Athenagen, Inc., a privately held biopharmaceutical company, has begun testing ATG003, its topical (eye drop) therapy for age-related macular degeneration (AMD), in a phase I clinical trial.
ATG003 is a proprietary topical formulation of mecamylamine that has shown efficacy in animal models and is a possible alternative to current therapies for AMD, which require frequent needle injections directly in the eye. This study represents the first human study of an eye drop anti-angiogenic therapy for AMD, with a phase 2-efficacy study expected to follow early next year.

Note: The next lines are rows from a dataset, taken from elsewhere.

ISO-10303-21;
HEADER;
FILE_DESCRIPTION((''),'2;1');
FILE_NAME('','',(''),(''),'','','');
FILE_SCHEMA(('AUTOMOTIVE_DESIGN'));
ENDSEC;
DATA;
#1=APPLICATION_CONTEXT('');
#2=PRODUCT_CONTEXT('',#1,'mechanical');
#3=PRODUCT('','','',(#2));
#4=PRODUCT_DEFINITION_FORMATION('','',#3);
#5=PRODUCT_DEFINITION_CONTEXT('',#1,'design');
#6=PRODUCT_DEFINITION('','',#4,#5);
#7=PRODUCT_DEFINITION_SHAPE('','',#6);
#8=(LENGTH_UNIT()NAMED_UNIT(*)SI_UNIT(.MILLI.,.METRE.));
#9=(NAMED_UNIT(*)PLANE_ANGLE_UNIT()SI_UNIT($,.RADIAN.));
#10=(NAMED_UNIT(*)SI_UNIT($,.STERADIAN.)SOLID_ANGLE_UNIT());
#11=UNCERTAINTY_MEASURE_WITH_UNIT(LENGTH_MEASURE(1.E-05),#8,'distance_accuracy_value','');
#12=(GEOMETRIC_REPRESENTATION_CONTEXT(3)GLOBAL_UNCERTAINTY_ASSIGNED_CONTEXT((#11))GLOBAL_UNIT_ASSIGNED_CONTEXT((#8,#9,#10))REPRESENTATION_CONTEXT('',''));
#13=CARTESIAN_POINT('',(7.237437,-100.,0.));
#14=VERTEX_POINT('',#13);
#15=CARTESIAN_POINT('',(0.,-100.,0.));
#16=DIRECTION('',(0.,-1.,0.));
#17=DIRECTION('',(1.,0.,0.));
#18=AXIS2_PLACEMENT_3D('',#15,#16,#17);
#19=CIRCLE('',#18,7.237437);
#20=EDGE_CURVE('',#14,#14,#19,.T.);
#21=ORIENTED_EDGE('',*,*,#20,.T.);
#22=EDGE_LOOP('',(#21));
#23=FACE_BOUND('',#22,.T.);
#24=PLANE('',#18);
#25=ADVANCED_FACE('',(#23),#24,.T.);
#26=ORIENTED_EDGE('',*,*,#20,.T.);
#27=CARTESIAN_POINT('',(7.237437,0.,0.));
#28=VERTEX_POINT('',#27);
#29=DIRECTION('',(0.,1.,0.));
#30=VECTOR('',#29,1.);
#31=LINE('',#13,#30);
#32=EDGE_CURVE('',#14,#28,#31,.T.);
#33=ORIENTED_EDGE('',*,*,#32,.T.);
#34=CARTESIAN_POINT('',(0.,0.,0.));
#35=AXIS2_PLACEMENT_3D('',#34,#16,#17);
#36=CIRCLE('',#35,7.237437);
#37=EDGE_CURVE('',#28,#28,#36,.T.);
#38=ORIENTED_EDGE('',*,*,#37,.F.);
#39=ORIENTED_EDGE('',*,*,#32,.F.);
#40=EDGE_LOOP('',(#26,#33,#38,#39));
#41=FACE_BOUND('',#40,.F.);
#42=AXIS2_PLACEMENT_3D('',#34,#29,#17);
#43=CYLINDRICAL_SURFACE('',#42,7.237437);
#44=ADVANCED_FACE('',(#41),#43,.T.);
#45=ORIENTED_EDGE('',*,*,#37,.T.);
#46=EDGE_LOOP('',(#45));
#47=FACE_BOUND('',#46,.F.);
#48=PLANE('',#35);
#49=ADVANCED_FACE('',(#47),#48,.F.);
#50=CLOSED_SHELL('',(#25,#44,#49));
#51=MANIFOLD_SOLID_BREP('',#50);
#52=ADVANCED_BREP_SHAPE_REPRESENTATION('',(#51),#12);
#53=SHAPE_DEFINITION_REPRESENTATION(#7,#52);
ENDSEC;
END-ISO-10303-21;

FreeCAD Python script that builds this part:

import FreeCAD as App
import Part
import Sketcher

doc = App.newDocument("Part")
body = doc.addObject("PartDesign::Body", "Body")

# Sketch on XZ plane
sketch1 = body.newObject("Sketcher::SketchObject", "Sketch")
sketch1.AttachmentSupport = (doc.getObject("XZ_Plane"), [""])
sketch1.MapMode = "FlatFace"
sketch1.addGeometry(Part.Circle(App.Vector(0, 0, 0), App.Vector(0, 0, 1), 7.237437), False)
sketch1.addConstraint([
    Sketcher.Constraint("Coincident", 0, 3, -1, 1),
    Sketcher.Constraint("Diameter", 0, 14.474874),
])
pad1 = body.newObject("PartDesign::Pad", "Pad")
pad1.Profile = sketch1
pad1.Length = 100

# Sketch on XZ plane
sketch2 = body.newObject("Sketcher::SketchObject", "Sketch001")
sketch2.AttachmentSupport = (doc.getObject("XZ_Plane"), [""])
sketch2.MapMode = "FlatFace"
sketch2.addGeometry(Part.Circle(App.Vector(0, 0, 0), App.Vector(0, 0, 1), 7.237437), False)
sketch2.addConstraint([
    Sketcher.Constraint("Coincident", 0, 3, -1, 1),
    Sketcher.Constraint("Diameter", 0, 14.474874),
])
pad2 = body.newObject("PartDesign::Pad", "Pad001")
pad2.Profile = sketch2
pad2.Length = 25.4

doc.recompute()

AMD is characterized by abnormal blood vessel growth in the eye, resulting in significant loss of vision. ATG003 is a novel anti-angiogenic agent that inhibits endothelial nicotinic acetylcholine (nACh) receptors and has been shown to decrease angiogenesis (new blood vessel growth) as well as vascular permeability, two well-known hallmarks of neovascular AMD. Athenagen's study is a randomized, placebo-controlled, ascending dose clinical trial designed to evaluate ocular tolerability and safety for up to 14 days
"Complementing our promising pre-clinical efficacy studies are robust data demonstrating excellent penetration of the drug to the back of the eye," stated M (Ken) Kengatharan, PhD., co founder and VP of Pre-clinical R&D at Athenagen. "Developed by our scientists, this proprietary eye drop formulation of mecamylamine enables delivery of drug to the retina and choroid with very little reaching the systemic blood circulation. The formulation has been well tolerated in preclinical safety models at all doses to be used in human testing."

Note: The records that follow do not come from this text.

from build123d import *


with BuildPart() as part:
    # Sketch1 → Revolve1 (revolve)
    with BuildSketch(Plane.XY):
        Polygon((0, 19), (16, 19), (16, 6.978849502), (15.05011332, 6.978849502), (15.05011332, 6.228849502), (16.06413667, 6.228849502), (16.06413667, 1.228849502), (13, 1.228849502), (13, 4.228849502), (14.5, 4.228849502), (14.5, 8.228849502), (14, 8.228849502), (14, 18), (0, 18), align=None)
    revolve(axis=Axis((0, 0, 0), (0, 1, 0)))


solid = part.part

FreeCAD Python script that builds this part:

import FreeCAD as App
import Part
import Sketcher

V = App.Vector
Q = App.Units.Quantity


def add_polygon(sketch, points):
    """Adds a closed chain of lines whose ends are joined by coincident constraints."""
    first, n = sketch.GeometryCount, len(points)
    for a, b in zip(points, points[1:] + points[:1]):
        sketch.addGeometry(Part.LineSegment(App.Vector(*a, 0), App.Vector(*b, 0)), False)
    for i in range(n):
        sketch.addConstraint(Sketcher.Constraint("Coincident", first + i, 2, first + (i + 1) % n, 1))

doc = App.newDocument("Part")
body = doc.addObject("PartDesign::Body", "Body")

sketch1 = doc.addObject("Sketcher::SketchObject", "Sketch")
body.addObject(sketch1)
sketch1.AttachmentSupport = (doc.XY_Plane, [""])
sketch1.MapMode = "FlatFace"
add_polygon(sketch1, [(16, 19), (0, 19), (0, 18), (14, 18), (14, 8.2), (14.5, 8.2), (14.5, 4.2), (13, 4.2), (13, 1.2), (16.1, 1.2), (16.1, 6.2), (15.1, 6.2), (15.1, 7), (16, 7)])
sketch1.addConstraint(Sketcher.Constraint("Horizontal", 0))
sketch1.addConstraint(Sketcher.Constraint("Vertical", 1))
sketch1.addConstraint(Sketcher.Constraint("Horizontal", 2))
sketch1.addConstraint(Sketcher.Constraint("Vertical", 3))
sketch1.addConstraint(Sketcher.Constraint("Horizontal", 4))
sketch1.addConstraint(Sketcher.Constraint("Vertical", 5))
sketch1.addConstraint(Sketcher.Constraint("Horizontal", 6))
sketch1.addConstraint(Sketcher.Constraint("Vertical", 7))
sketch1.addConstraint(Sketcher.Constraint("Horizontal", 8))
sketch1.addConstraint(Sketcher.Constraint("Vertical", 9))
sketch1.addConstraint(Sketcher.Constraint("Horizontal", 10))
sketch1.addConstraint(Sketcher.Constraint("Vertical", 11))
sketch1.addConstraint(Sketcher.Constraint("Horizontal", 12))
sketch1.addConstraint(Sketcher.Constraint("Vertical", 13))
sketch1.addConstraint(Sketcher.Constraint("PointOnObject", 0, 2, -2))
sketch1.addConstraint(Sketcher.Constraint("DistanceX", 0, 2, 0, 1, Q("16 mm")))
sketch1.addConstraint(Sketcher.Constraint("DistanceX", 2, 1, 2, 2, Q("14 mm")))
sketch1.addConstraint(Sketcher.Constraint("DistanceY", 1, 2, 1, 1, Q("1 mm")))
sketch1.addConstraint(Sketcher.Constraint("DistanceY", 5, 2, 5, 1, Q("4 mm")))
sketch1.addConstraint(Sketcher.Constraint("DistanceY", 7, 2, 7, 1, Q("3 mm")))
sketch1.addConstraint(Sketcher.Constraint("DistanceY", 9, 1, 9, 2, Q("5 mm")))
sketch1.addConstraint(Sketcher.Constraint("DistanceX", 4, 1, 4, 2, Q("0.5 mm")))
sketch1.addConstraint(Sketcher.Constraint("DistanceX", 6, 2, 6, 1, Q("1.5 mm")))
sketch1.addConstraint(Sketcher.Constraint("DistanceY", -1, 1, 0, 2, Q("19 mm")))
sketch1.addConstraint(Sketcher.Constraint("DistanceY", 11, 1, 11, 2, Q("0.75 mm")))
sketch1.addConstraint(Sketcher.Constraint("DistanceY", 3, 2, 3, 1, Q("9.77115 mm")))
sketch1.addConstraint(Sketcher.Constraint("DistanceX", 8, 1, 8, 2, Q("3.064137 mm")))
sketch1.addConstraint(Sketcher.Constraint("DistanceX", 10, 2, 10, 1, Q("1.014023 mm")))
revolution = doc.addObject("PartDesign::Revolution", "Revolution")
body.addObject(revolution)
revolution.Profile = sketch1
revolution.ReferenceAxis = (sketch1, ["V_Axis"])
revolution.Angle = 360

doc.recompute()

There are approximately two million AMD patients in the US, and this disease is the number one cause of vision loss and legal blindness in adults over 60 in the US There is no cure for AMD and the standard-of-care is highly invasive, requiring needle injections directly in the eye every 4 to 6 weeks
"Given the prevalence of AMD and the invasive nature of current treatments, a topical non-invasive eye drop for treating this disease would be a welcome addition to our clinical arsenal," stated Michael Marmor, MD, Prof. of Ophthalmology, Stanford University School of Medicine.
"This is a significant advancement in the development of new medicines for AMD," commented W. Scott Harkonen, MD, President and CEO "We expect to generate data from our phase I study by the end of the year and plan to move directly into a larger safety and efficacy study in the first part of 2007."